Endpoint Method Auth Purpose
/ GET none Dashboard
/api/config GET none Target URL, available routes and regions
/api/summary GET none Latest result per route/region + rolling medians
/api/results GET none Filtered historical results
/api/chart GET none Time series for charting (with PR markers)
/api/trigger POST CF Access Run an ad-hoc measurement, tagged source=manual

All GET endpoints are read-only. POST /api/trigger is the only state-changing endpoint and is expected to be protected by a Cloudflare Access policy at the edge.

Schema changes

D1's native migrations are wired up (migrations_dir in wrangler.jsonc).

pnpm db:migrations:list    # show pending migrations
pnpm db:migrations:apply   # apply pending migrations
pnpm db:migrations:create  # scaffold a new migration file

schema.sql is the desired end state for fresh installs only. For incremental changes on an existing database, add a file under migrations/ and apply it -- don't rely on editing schema.sql to take effect.

Types

Binding types come from wrangler types, which reads wrangler.jsonc and writes worker-configuration.d.ts. The generated file is committed so tsc doesn't need wrangler to run first.

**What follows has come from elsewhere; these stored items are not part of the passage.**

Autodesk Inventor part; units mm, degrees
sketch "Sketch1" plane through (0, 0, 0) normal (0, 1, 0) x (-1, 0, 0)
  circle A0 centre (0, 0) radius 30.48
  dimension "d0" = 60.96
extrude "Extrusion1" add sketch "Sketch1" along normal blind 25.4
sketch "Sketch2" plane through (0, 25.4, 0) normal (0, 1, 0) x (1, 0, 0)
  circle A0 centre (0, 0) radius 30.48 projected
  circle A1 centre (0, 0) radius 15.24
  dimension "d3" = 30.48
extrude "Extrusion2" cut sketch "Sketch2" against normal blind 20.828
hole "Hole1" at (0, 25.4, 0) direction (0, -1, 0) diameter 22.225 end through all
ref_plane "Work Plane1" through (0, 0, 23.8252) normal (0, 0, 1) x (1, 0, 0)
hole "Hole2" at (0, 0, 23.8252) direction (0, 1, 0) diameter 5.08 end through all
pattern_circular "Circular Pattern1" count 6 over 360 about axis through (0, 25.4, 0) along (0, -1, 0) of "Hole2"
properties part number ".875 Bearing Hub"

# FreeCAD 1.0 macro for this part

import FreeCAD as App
import Part
import Sketcher
Q = App.Units.Quantity

doc = App.newDocument("Part")
body = doc.addObject("PartDesign::Body", "Body")

# Sketch on XZ plane
sketch1 = body.newObject("Sketcher::SketchObject", "Sketch")
sketch1.AttachmentSupport = (doc.getObject("XZ_Plane"), [""])
sketch1.MapMode = "FlatFace"
sketch1.addGeometry(Part.Circle(App.Vector(0, 0, 0), App.Vector(0, 0, 1), 30.48), False)
sketch1.addConstraint(Sketcher.Constraint("Coincident", 0, 3, -1, 1))
sketch1.addConstraint(Sketcher.Constraint("Diameter", 0, Q("2.4 in")))
pad1 = body.newObject("PartDesign::Pad", "Pad")
pad1.Profile = sketch1
pad1.Length = Q("1 in")
pad1.Reversed = True

# Sketch on XZ plane
sketch2 = body.newObject("Sketcher::SketchObject", "Sketch001")
sketch2.AttachmentSupport = (doc.getObject("XZ_Plane"), [""])
sketch2.MapMode = "FlatFace"
sketch2.AttachmentOffset = App.Placement(App.Vector(0, 0, -1 * 25.4), App.Rotation())
sketch2.addGeometry(Part.Circle(App.Vector(0, 0, 0), App.Vector(0, 0, 1), 30.48), False)
sketch2.addGeometry(Part.Circle(App.Vector(0, 0, 0), App.Vector(0, 0, 1), 15.24), False)
sketch2.addConstraint(Sketcher.Constraint("Coincident", 0, 3, -1, 1))
sketch2.addConstraint(Sketcher.Constraint("Coincident", 1, 3, -1, 1))
sketch2.addConstraint(Sketcher.Constraint("Diameter", 0, Q("2.4 in")))
sketch2.addConstraint(Sketcher.Constraint("Diameter", 1, Q("1.2 in")))
pocket1 = body.newObject("PartDesign::Pocket", "Pocket")
pocket1.Profile = sketch2
pocket1.Length = Q("0.82 in")
pocket1.Reversed = True

# Sketch on XZ plane
sketch3 = body.newObject("Sketcher::SketchObject", "Sketch002")
sketch3.AttachmentSupport = (doc.getObject("XZ_Plane"), [""])
sketch3.MapMode = "FlatFace"
sketch3.AttachmentOffset = App.Placement(App.Vector(0, 0, -1 * 25.4), App.Rotation())
sketch3.addGeometry(Part.Circle(App.Vector(0, 0, 0), App.Vector(0, 0, 1), 11.1125), False)
sketch3.addConstraint(Sketcher.Constraint("Coincident", 0, 3, -1, 1))
sketch3.addConstraint(Sketcher.Constraint("Diameter", 0, Q("0.875 in")))
doc.recompute()
hole = body.newObject("PartDesign::Hole", "Hole")
hole.Profile = sketch3
hole.ThreadType = "None"
hole.Diameter = Q("0.875 in")
hole.DepthType = "ThroughAll"
hole.Reversed = True

# Sketch on XZ plane
sketch4 = body.newObject("Sketcher::SketchObject", "Sketch003")
sketch4.AttachmentSupport = (doc.getObject("XZ_Plane"), [""])
sketch4.MapMode = "FlatFace"
sketch4.addGeometry(Part.Circle(App.Vector(0, 23.8252, 0), App.Vector(0, 0, 1), 2.54), False)
sketch4.addConstraint(Sketcher.Constraint("PointOnObject", 0, 3, -2))
sketch4.addConstraint(Sketcher.Constraint("Diameter", 0, Q("0.2 in")))
sketch4.addConstraint(Sketcher.Constraint("DistanceY", -1, 1, 0, 3, Q("0.938 in")))
doc.recompute()
hole2 = body.newObject("PartDesign::Hole", "Hole001")
hole2.Profile = sketch4
hole2.ThreadType = "None"
hole2.Diameter = Q("0.2 in")
hole2.DepthType = "ThroughAll"
doc.recompute()

polarpattern = body.newObject("PartDesign::PolarPattern", "PolarPattern")
polarpattern.Originals = [hole2]
polarpattern.Axis = (doc.getObject("Y_Axis"), [""])
polarpattern.Angle = 360
polarpattern.Occurrences = 6
body.Tip = polarpattern

doc.recompute()
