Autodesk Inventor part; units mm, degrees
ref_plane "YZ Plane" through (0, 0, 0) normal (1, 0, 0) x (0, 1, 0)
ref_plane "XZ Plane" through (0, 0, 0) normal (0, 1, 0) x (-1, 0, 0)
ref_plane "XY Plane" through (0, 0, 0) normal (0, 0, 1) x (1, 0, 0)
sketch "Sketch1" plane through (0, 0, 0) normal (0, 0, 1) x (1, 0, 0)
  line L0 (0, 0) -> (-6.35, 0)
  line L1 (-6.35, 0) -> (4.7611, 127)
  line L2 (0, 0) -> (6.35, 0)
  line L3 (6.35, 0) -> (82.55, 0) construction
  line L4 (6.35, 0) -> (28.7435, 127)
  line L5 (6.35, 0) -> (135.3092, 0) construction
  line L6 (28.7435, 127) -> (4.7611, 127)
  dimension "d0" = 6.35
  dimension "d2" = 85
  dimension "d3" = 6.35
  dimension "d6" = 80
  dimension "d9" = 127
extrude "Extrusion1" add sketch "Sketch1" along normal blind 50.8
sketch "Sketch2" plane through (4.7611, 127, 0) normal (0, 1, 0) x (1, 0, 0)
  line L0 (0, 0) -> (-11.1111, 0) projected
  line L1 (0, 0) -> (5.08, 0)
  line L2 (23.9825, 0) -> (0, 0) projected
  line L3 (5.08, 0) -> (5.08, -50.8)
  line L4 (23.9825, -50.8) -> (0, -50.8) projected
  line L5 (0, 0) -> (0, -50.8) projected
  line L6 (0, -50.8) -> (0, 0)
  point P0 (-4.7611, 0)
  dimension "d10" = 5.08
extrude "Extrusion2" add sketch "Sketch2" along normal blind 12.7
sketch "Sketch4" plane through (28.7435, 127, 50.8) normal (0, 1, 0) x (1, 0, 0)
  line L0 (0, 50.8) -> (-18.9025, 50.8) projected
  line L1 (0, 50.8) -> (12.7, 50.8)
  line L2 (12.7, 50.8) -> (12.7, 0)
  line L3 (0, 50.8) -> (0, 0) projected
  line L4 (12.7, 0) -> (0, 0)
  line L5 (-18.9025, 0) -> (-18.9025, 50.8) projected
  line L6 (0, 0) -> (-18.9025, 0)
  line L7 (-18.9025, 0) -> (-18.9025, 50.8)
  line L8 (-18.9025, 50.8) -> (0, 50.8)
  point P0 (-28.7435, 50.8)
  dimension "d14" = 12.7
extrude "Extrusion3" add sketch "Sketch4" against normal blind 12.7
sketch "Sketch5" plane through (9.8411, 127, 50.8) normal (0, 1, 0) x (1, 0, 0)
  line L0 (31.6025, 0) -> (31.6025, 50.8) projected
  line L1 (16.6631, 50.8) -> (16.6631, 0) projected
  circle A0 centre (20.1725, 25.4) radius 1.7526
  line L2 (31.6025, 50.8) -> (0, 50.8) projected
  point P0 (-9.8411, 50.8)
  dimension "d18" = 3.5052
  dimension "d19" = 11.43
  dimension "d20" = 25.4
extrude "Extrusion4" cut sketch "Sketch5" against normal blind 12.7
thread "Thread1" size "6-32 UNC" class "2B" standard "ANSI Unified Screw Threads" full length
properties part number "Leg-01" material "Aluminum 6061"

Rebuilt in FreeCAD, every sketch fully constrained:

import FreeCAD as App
import Part
import Sketcher
from FreeCAD import Vector
Q = App.Units.Quantity

doc = App.newDocument("Part")
body = doc.addObject("PartDesign::Body", "Body")

sketch1 = body.newObject("Sketcher::SketchObject", "Sketch")
sketch1.AttachmentSupport = (doc.getObject("XY_Plane"), [""])
sketch1.MapMode = "FlatFace"
sketch1.addGeometry(Part.LineSegment(Vector(-6, 0, 0), Vector(6, 0, 0)), False)
sketch1.addGeometry(Part.LineSegment(Vector(6, 0, 0), Vector(29, 127, 0)), False)
sketch1.addGeometry(Part.LineSegment(Vector(29, 127, 0), Vector(5, 127, 0)), False)
sketch1.addGeometry(Part.LineSegment(Vector(5, 127, 0), Vector(-6, 0, 0)), False)
sketch1.addConstraint(Sketcher.Constraint("Coincident", 0, 2, 1, 1))
sketch1.addConstraint(Sketcher.Constraint("Coincident", 1, 2, 2, 1))
sketch1.addConstraint(Sketcher.Constraint("Coincident", 2, 2, 3, 1))
sketch1.addConstraint(Sketcher.Constraint("Coincident", 3, 2, 0, 1))
sketch1.addConstraint(Sketcher.Constraint("Horizontal", 0))
sketch1.addConstraint(Sketcher.Constraint("Horizontal", 2))
sketch1.addConstraint(Sketcher.Constraint("Symmetric", 0, 2, 3, 2, -1, 1))
sketch1.addConstraint(Sketcher.Constraint("DistanceY", -1, 1, 1, 2, Q("5 in")))
sketch1.addConstraint(Sketcher.Constraint("Angle", 1, Q("80 deg")))
sketch1.addConstraint(Sketcher.Constraint("DistanceX", -1, 1, 0, 2, Q("0.25 in")))
sketch1.addConstraint(Sketcher.Constraint("Angle", 3, Q("-95 deg")))
pad1 = body.newObject("PartDesign::Pad", "Pad")
pad1.Profile = sketch1
pad1.Length = Q("2 in")

sketch2 = body.newObject("Sketcher::SketchObject", "Sketch001")
sketch2.AttachmentSupport = (doc.getObject("XZ_Plane"), [""])
sketch2.MapMode = "FlatFace"
sketch2.AttachmentOffset = App.Placement(Vector(0, 0, -5 * 25.4), App.Rotation())
sketch2.addGeometry(Part.LineSegment(Vector(10, 0, 0), Vector(5, 0, 0)), False)
sketch2.addGeometry(Part.LineSegment(Vector(5, 0, 0), Vector(5, 51, 0)), False)
sketch2.addGeometry(Part.LineSegment(Vector(5, 51, 0), Vector(10, 51, 0)), False)
sketch2.addGeometry(Part.LineSegment(Vector(10, 51, 0), Vector(10, 0, 0)), False)
sketch2.addConstraint(Sketcher.Constraint("Coincident", 0, 2, 1, 1))
sketch2.addConstraint(Sketcher.Constraint("Coincident", 1, 2, 2, 1))
sketch2.addConstraint(Sketcher.Constraint("Coincident", 2, 2, 3, 1))
sketch2.addConstraint(Sketcher.Constraint("Coincident", 3, 2, 0, 1))
sketch2.addConstraint(Sketcher.Constraint("Horizontal", 0))
sketch2.addConstraint(Sketcher.Constraint("Vertical", 1))
sketch2.addConstraint(Sketcher.Constraint("Horizontal", 2))
sketch2.addConstraint(Sketcher.Constraint("Vertical", 3))
sketch2.addConstraint(Sketcher.Constraint("PointOnObject", 0, 2, -1))
sketch2.addConstraint(Sketcher.Constraint("DistanceX", 0, 2, 0, 1, Q("0.2 in")))
sketch2.addConstraint(Sketcher.Constraint("DistanceY", 1, 1, 1, 2, Q("2 in")))
sketch2.addConstraint(Sketcher.Constraint("DistanceX", -1, 1, 0, 2, Q("4.761 mm")))
pad2 = body.newObject("PartDesign::Pad", "Pad001")
pad2.Profile = sketch2
pad2.Length = Q("0.5 in")
pad2.Reversed = True

sketch3 = body.newObject("Sketcher::SketchObject", "Sketch002")
sketch3.AttachmentSupport = (doc.getObject("XZ_Plane"), [""])
sketch3.MapMode = "FlatFace"
sketch3.AttachmentOffset = App.Placement(Vector(0, 0, -5 * 25.4), App.Rotation())
sketch3.addGeometry(Part.LineSegment(Vector(10, 51, 0), Vector(41, 51, 0)), False)
sketch3.addGeometry(Part.LineSegment(Vector(41, 51, 0), Vector(41, 0, 0)), False)
sketch3.addGeometry(Part.LineSegment(Vector(41, 0, 0), Vector(10, 0, 0)), False)
sketch3.addGeometry(Part.LineSegment(Vector(10, 0, 0), Vector(10, 51, 0)), False)
sketch3.addConstraint(Sketcher.Constraint("Coincident", 0, 2, 1, 1))
sketch3.addConstraint(Sketcher.Constraint("Coincident", 1, 2, 2, 1))
sketch3.addConstraint(Sketcher.Constraint("Coincident", 2, 2, 3, 1))
sketch3.addConstraint(Sketcher.Constraint("Coincident", 3, 2, 0, 1))
sketch3.addConstraint(Sketcher.Constraint("Horizontal", 0))
sketch3.addConstraint(Sketcher.Constraint("Vertical", 1))
sketch3.addConstraint(Sketcher.Constraint("Horizontal", 2))
sketch3.addConstraint(Sketcher.Constraint("Vertical", 3))
sketch3.addConstraint(Sketcher.Constraint("PointOnObject", 1, 2, -1))
sketch3.addConstraint(Sketcher.Constraint("DistanceY", 1, 2, 1, 1, Q("2 in")))
sketch3.addConstraint(Sketcher.Constraint("DistanceX", 0, 1, 0, 2, Q("1.2442 in")))
sketch3.addConstraint(Sketcher.Constraint("DistanceX", -1, 1, 0, 2, Q("41.4435 mm")))
pad3 = body.newObject("PartDesign::Pad", "Pad002")
pad3.Profile = sketch3
pad3.Length = Q("0.5 in")

sketch4 = body.newObject("Sketcher::SketchObject", "Sketch003")
sketch4.AttachmentSupport = (doc.getObject("XZ_Plane"), [""])
sketch4.MapMode = "FlatFace"
sketch4.AttachmentOffset = App.Placement(Vector(0, 0, -5 * 25.4), App.Rotation())
sketch4.addGeometry(Part.Circle(Vector(30, 25.4, 0), Vector(0, 0, 1), 1.8), False)
sketch4.addConstraint(Sketcher.Constraint("Diameter", 0, Q("0.138 in")))
sketch4.addConstraint(Sketcher.Constraint("DistanceY", -1, 1, 0, 3, Q("1 in")))
sketch4.addConstraint(Sketcher.Constraint("DistanceX", -1, 1, 0, 3, Q("30.0136 mm")))
pocket1 = body.newObject("PartDesign::Pocket", "Pocket")
pocket1.Profile = sketch4
pocket1.Length = Q("0.5 in")
pocket1.Reversed = True

doc.recompute()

Re-run after any binding change:

pnpm cf-typegen

Operational notes

  • Trigger worker name: TRIGGER_WORKER_NAME in src/routes.ts is the Worker whose build.succeeded event drives deploy-attributed runs. Events for any other Worker are discarded (the cron job still measures every site on its own schedule). Since every registered site rebuilds from the same main-branch commit, one event triggers a measurement for all of them. If the baseline demo is ever renamed, update this constant.
  • Adding a site: add an entry to SITES in src/routes.ts with a stable id (stored in perf_results.site), targetUrl, and Worker name. Existing rows continue to use their recorded site id.
  • PR lookup: hits the public GitHub API unauthenticated (60 req/hr per IP). One call per deploy, so rate limits are a non-issue. If deploy rate ever gets anywhere near that, add a fine-grained PAT via wrangler secret put GITHUB_TOKEN and pass it in src/github.ts.
  • DLQ: failed messages retry 3x, then go to emdash-perf-deploy-events-dlq. Check this periodically if deploy-attributed results stop appearing.